TMS: Yeah, that makes a lot of sense. She’s a gossip columnist, obviously and she sort of decides to be a columnist for good. Do you think there’s something inherently bad about being the kind of person that reports on those things, or does she kind of struggle with how to be that kind of reporter?

Marchetto: I think it’s about intention, her intentions weren’t necessarily benevolent, let’s just say that. I mean I know gossip columnists who are amazing people who only want to put the truth out there. I don’t think gossip is bad, actually. I don’t think gossip columns are bad because when they’re written with the right intention they can be by good people.

TMS: This is your graphic novel debut, you illustrate often but this is your first?

Marchetto: Actually, this is my third graphic novel. I mean, you now what? Not a lot of people realize that, but this is my third graphic novel, I wrote my first one twenty years ago at a time when nobody even knew what they were, so the landscape has really changed.

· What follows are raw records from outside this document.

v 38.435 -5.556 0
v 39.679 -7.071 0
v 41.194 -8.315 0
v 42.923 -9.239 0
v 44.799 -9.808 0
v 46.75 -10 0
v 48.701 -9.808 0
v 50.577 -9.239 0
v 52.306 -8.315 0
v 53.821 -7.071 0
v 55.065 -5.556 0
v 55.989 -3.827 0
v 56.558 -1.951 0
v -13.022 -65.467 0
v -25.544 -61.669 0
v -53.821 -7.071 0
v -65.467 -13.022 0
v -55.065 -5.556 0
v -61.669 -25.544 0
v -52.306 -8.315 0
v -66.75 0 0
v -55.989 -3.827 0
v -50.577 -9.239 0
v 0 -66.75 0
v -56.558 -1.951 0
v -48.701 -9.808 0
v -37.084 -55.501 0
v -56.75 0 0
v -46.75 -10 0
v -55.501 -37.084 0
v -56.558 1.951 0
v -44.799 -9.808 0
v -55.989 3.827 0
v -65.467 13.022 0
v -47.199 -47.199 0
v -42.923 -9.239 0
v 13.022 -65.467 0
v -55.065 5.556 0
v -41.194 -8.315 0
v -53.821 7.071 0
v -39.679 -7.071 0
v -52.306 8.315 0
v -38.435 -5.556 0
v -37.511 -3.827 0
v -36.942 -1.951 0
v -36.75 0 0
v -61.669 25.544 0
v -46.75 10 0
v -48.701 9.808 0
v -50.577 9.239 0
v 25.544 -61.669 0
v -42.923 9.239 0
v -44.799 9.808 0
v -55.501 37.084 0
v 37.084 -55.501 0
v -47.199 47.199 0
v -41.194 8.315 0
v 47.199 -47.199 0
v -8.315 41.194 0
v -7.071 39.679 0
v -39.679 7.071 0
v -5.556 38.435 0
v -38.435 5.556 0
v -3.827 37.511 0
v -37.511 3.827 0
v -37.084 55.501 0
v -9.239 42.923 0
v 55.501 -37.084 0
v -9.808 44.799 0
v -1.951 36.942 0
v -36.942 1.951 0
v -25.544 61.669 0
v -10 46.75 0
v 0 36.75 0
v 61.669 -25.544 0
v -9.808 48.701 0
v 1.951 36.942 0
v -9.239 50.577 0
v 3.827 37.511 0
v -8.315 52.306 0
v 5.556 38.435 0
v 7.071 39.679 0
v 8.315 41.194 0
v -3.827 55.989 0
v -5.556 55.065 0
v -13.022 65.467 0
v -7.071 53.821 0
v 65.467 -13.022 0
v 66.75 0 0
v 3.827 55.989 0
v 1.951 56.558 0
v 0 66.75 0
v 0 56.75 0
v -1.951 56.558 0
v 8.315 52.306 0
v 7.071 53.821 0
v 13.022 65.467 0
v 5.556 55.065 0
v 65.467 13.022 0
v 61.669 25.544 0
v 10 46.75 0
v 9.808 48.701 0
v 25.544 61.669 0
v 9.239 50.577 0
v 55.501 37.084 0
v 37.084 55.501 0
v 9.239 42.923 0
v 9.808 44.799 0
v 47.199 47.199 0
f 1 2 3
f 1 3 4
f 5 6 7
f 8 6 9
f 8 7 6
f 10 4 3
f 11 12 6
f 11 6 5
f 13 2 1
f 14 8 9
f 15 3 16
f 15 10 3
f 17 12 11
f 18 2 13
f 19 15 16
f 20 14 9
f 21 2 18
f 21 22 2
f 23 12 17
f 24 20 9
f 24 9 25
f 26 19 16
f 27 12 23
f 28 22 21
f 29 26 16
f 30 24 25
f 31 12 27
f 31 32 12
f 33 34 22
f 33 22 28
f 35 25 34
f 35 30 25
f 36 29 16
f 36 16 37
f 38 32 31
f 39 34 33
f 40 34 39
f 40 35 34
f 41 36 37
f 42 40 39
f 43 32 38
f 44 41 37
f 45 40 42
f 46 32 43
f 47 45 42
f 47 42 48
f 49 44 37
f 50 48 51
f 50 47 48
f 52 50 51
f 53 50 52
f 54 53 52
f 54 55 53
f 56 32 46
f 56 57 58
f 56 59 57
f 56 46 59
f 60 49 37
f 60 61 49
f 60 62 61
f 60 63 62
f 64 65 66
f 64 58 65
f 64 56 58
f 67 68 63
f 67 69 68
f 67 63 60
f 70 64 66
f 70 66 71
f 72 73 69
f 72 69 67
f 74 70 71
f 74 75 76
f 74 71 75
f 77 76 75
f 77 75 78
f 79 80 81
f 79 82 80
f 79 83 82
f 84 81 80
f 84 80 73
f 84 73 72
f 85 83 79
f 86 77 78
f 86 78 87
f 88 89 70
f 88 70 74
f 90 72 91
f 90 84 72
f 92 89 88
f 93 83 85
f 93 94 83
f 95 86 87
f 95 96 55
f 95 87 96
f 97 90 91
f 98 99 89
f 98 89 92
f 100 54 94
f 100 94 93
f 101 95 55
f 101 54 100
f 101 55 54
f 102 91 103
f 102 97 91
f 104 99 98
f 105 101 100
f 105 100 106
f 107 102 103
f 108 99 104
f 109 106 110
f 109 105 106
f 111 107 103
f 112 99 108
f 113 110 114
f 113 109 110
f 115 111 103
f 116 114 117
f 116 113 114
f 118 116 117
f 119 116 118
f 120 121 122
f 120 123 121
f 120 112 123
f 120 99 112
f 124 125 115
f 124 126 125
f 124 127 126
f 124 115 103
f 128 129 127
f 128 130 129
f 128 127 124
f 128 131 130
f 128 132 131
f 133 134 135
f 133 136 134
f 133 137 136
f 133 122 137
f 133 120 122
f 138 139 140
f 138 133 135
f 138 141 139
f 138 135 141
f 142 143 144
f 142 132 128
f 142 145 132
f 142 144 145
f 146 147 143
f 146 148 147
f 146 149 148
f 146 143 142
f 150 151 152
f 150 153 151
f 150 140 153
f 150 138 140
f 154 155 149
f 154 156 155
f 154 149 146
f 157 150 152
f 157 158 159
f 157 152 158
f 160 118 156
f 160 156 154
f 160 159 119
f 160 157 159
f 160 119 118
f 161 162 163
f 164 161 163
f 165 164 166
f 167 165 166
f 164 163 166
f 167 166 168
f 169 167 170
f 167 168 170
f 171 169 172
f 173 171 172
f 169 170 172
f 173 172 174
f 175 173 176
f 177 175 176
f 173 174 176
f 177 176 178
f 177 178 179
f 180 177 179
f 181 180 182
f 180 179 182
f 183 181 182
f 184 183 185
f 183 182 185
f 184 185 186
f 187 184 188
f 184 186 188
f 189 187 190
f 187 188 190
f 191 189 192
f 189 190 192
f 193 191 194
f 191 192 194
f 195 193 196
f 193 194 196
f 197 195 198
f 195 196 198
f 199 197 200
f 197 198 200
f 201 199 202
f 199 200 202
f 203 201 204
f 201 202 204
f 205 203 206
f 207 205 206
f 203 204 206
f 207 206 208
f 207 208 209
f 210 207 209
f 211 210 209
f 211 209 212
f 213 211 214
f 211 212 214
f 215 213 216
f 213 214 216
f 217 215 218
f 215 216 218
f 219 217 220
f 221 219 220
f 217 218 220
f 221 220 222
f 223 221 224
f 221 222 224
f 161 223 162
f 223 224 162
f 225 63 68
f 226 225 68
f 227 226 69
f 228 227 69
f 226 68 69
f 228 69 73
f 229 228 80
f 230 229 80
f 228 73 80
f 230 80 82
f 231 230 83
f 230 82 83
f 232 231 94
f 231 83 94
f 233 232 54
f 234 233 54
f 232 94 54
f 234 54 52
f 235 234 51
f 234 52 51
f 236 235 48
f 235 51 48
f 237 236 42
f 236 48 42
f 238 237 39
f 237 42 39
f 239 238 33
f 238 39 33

TMS: So how is writing a graphic novel different for you than cartooning or illustrating or straight writing?

Marchetto: This is so much more rewarding and so much harder.

TMS: I find those things usually go hand in hand.

Marchetto: They do. I love the whole craft of graphic novels, I love writing them, I love immersing myself in them. It’s like, it’s weird. When you do it, sometimes the real world just drifts away, and I can’t even have a conversation. I love the immersion, I love the process. It’s cool because when you’re a graphic novelist, you’re the writer, you’re the artist, you’re the set decorator, you’re the script girl, you’re the makeup artist, you know, you do wardrobe…

TMS: It’s your vision.

Marchetto: It’s your vision. And I can’t tell you how many times the director in me wanted to fire the script girl because she got the hair wrong.

TMS: That’s amazing.

Marchetto: Kind of driving me crazy, like “oh my god the script girl needs to be fired then but I need to hire her back because she’s me. It’s me all the time!

TMS: That’s so funny. Do you have any favorite graphic novels of your own?

Marchetto: I love Epileptic, have you seen that one?

TMS: Yeah.

Marchetto: I love that, it’s one of my favorites.

TMS: My last question is, can we expect to be able to see more of Ann?

Marchetto: I hope so, I’m like, obsessed with Ann. I can’t let her go, you know, I’ll go to sleep and be like, “Ann is going to do this.”